▶ Task goal: Restate word for word the entries below, starting with the line with "f 194 6 249" and continuing through the line with "f 235 228 232". Include both of those lines and no others.

:: Available data ::

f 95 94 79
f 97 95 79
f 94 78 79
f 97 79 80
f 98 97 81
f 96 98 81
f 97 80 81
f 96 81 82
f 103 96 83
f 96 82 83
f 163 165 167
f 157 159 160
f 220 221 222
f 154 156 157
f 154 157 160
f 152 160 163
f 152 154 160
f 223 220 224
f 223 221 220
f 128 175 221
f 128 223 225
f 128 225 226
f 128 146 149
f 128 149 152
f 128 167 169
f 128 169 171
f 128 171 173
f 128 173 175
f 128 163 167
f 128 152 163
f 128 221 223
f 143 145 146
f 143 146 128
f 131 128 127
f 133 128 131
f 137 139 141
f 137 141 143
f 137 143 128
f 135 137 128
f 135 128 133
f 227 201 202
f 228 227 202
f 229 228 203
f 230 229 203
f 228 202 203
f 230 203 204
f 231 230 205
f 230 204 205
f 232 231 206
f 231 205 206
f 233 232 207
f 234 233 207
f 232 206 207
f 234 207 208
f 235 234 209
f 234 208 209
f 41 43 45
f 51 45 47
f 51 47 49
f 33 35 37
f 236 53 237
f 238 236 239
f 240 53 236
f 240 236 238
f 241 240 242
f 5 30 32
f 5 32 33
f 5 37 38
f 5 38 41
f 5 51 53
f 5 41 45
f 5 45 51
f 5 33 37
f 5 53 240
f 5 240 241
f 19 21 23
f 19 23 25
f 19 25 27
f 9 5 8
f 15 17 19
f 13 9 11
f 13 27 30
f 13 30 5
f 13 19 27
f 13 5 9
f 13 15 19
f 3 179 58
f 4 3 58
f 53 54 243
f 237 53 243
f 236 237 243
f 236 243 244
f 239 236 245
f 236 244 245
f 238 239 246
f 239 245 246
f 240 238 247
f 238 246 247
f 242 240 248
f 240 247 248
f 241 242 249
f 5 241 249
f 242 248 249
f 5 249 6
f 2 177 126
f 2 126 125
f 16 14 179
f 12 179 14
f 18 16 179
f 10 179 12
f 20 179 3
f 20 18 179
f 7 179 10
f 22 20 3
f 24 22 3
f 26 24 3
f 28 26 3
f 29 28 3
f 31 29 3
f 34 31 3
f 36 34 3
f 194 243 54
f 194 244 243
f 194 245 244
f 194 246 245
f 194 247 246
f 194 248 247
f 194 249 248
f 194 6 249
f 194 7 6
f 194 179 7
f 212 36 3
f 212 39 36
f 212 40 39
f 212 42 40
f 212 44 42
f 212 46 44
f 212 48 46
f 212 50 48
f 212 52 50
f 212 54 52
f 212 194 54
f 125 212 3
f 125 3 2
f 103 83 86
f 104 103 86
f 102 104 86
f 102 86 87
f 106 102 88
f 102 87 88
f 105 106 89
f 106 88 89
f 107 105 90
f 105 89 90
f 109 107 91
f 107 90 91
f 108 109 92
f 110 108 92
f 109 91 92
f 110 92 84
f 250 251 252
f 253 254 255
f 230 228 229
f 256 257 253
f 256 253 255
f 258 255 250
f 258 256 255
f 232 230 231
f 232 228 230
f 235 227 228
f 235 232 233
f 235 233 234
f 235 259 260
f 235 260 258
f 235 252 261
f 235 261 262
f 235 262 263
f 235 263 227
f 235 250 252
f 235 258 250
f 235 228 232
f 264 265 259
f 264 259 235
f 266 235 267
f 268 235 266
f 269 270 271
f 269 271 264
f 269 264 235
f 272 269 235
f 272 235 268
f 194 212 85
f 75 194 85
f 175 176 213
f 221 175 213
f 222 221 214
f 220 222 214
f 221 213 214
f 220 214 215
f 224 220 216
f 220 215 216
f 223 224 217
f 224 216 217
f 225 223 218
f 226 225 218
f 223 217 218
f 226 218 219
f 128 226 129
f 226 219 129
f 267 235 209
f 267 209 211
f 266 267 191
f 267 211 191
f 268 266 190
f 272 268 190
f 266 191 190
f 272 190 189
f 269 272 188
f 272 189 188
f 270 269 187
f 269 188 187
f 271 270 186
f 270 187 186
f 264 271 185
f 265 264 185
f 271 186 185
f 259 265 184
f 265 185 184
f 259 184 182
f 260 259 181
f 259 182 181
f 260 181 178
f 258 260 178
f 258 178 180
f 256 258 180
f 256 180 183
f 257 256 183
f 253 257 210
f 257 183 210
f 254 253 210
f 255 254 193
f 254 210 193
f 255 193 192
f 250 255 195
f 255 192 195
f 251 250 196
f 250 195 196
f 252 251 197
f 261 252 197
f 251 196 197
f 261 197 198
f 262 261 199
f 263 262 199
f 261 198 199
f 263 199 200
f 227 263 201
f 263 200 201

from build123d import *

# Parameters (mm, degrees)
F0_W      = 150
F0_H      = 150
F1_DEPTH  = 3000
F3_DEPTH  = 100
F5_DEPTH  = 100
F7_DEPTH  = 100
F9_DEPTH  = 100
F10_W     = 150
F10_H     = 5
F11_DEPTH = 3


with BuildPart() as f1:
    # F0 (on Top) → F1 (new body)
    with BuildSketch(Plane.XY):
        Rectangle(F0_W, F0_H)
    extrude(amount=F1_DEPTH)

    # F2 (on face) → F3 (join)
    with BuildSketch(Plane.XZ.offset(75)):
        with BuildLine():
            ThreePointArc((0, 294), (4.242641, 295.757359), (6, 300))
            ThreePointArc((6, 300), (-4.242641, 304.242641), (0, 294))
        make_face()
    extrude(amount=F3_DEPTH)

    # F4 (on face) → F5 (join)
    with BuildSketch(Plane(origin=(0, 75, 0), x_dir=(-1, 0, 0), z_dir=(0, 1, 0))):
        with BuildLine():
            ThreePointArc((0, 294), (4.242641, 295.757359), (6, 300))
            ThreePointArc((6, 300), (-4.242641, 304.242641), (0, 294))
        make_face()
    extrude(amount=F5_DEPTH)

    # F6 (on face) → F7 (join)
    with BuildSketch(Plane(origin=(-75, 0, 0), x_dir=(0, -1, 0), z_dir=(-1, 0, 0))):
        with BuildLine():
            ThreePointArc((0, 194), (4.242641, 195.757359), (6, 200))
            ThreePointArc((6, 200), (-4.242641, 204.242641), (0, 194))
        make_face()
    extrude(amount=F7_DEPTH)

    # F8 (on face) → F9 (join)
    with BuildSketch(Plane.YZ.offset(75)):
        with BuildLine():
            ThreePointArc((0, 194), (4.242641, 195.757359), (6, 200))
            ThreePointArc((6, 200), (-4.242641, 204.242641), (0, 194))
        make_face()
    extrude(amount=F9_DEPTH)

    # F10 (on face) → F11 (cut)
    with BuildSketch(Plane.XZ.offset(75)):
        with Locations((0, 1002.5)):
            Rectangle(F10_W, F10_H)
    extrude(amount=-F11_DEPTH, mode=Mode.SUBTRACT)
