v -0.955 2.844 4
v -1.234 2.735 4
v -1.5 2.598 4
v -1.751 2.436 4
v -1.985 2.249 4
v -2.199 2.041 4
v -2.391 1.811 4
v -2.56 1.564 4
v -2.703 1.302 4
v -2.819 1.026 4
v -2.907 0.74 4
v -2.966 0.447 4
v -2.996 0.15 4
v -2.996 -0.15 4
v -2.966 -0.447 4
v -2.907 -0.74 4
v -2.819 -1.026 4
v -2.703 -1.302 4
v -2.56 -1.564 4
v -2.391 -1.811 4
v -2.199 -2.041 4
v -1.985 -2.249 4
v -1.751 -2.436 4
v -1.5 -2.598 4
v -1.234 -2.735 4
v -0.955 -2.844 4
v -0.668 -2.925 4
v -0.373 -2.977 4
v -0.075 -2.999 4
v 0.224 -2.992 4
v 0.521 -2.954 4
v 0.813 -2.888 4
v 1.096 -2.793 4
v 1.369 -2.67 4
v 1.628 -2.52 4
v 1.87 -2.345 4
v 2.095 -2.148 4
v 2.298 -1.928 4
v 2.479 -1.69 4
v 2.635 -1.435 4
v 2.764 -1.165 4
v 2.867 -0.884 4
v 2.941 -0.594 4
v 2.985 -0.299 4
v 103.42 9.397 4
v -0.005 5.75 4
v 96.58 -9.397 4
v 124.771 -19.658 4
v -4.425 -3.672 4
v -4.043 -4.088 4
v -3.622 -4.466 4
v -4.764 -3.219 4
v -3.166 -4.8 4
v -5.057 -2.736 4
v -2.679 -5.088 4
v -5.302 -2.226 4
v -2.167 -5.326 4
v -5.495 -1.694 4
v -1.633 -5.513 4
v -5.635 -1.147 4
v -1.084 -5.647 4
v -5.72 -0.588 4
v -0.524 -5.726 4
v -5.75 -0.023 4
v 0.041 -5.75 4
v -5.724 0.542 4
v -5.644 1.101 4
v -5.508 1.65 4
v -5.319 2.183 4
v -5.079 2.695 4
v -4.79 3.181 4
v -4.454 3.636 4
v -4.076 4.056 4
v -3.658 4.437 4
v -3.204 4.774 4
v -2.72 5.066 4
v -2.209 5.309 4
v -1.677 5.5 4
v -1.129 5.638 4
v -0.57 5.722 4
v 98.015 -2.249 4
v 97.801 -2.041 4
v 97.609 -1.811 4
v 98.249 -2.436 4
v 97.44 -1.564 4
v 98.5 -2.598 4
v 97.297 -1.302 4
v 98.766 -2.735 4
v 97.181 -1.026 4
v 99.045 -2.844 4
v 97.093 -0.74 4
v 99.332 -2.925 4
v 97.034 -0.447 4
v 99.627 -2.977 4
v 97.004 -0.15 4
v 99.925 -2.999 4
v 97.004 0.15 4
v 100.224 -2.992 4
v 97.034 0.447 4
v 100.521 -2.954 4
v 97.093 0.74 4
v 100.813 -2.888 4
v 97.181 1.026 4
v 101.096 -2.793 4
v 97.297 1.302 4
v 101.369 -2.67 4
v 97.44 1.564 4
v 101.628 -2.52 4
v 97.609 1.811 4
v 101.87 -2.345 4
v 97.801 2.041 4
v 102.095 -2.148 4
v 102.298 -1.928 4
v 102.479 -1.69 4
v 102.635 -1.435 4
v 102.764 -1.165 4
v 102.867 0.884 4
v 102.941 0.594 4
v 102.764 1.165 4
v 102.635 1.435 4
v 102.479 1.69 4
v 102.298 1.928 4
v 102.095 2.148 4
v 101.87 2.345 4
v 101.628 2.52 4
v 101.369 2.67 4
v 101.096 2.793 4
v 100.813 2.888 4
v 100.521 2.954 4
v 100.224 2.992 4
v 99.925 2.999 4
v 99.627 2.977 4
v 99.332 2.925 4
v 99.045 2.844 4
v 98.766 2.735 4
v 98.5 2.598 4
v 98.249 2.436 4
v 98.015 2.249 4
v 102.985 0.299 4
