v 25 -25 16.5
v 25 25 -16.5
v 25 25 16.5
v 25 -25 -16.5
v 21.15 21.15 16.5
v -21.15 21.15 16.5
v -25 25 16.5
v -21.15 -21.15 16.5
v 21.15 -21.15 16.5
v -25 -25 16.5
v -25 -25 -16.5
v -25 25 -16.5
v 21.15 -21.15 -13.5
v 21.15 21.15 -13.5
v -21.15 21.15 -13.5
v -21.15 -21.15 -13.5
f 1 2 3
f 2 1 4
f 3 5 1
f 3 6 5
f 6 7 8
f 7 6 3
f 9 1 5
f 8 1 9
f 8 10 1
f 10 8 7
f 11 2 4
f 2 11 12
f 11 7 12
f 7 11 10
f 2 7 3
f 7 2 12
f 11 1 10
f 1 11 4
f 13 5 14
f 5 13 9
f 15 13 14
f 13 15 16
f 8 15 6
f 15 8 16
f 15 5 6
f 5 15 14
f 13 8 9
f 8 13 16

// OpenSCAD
Height=33; //
X=42.3; //
Y=42.3; //

difference() {
        
    cube([50,50,Height],center=true);
    translate([0,0,3])
    cube([X,Y,Height],center=true);
}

:::

▶ Result below:
f 194 6 249
f 194 7 6
f 194 179 7
f 212 36 3
f 212 39 36
f 212 40 39
f 212 42 40
f 212 44 42
f 212 46 44
f 212 48 46
f 212 50 48
f 212 52 50
f 212 54 52
f 212 194 54
f 125 212 3
f 125 3 2
f 103 83 86
f 104 103 86
f 102 104 86
f 102 86 87
f 106 102 88
f 102 87 88
f 105 106 89
f 106 88 89
f 107 105 90
f 105 89 90
f 109 107 91
f 107 90 91
f 108 109 92
f 110 108 92
f 109 91 92
f 110 92 84
f 250 251 252
f 253 254 255
f 230 228 229
f 256 257 253
f 256 253 255
f 258 255 250
f 258 256 255
f 232 230 231
f 232 228 230
f 235 227 228
f 235 232 233
f 235 233 234
f 235 259 260
f 235 260 258
f 235 252 261
f 235 261 262
f 235 262 263
f 235 263 227
f 235 250 252
f 235 258 250
f 235 228 232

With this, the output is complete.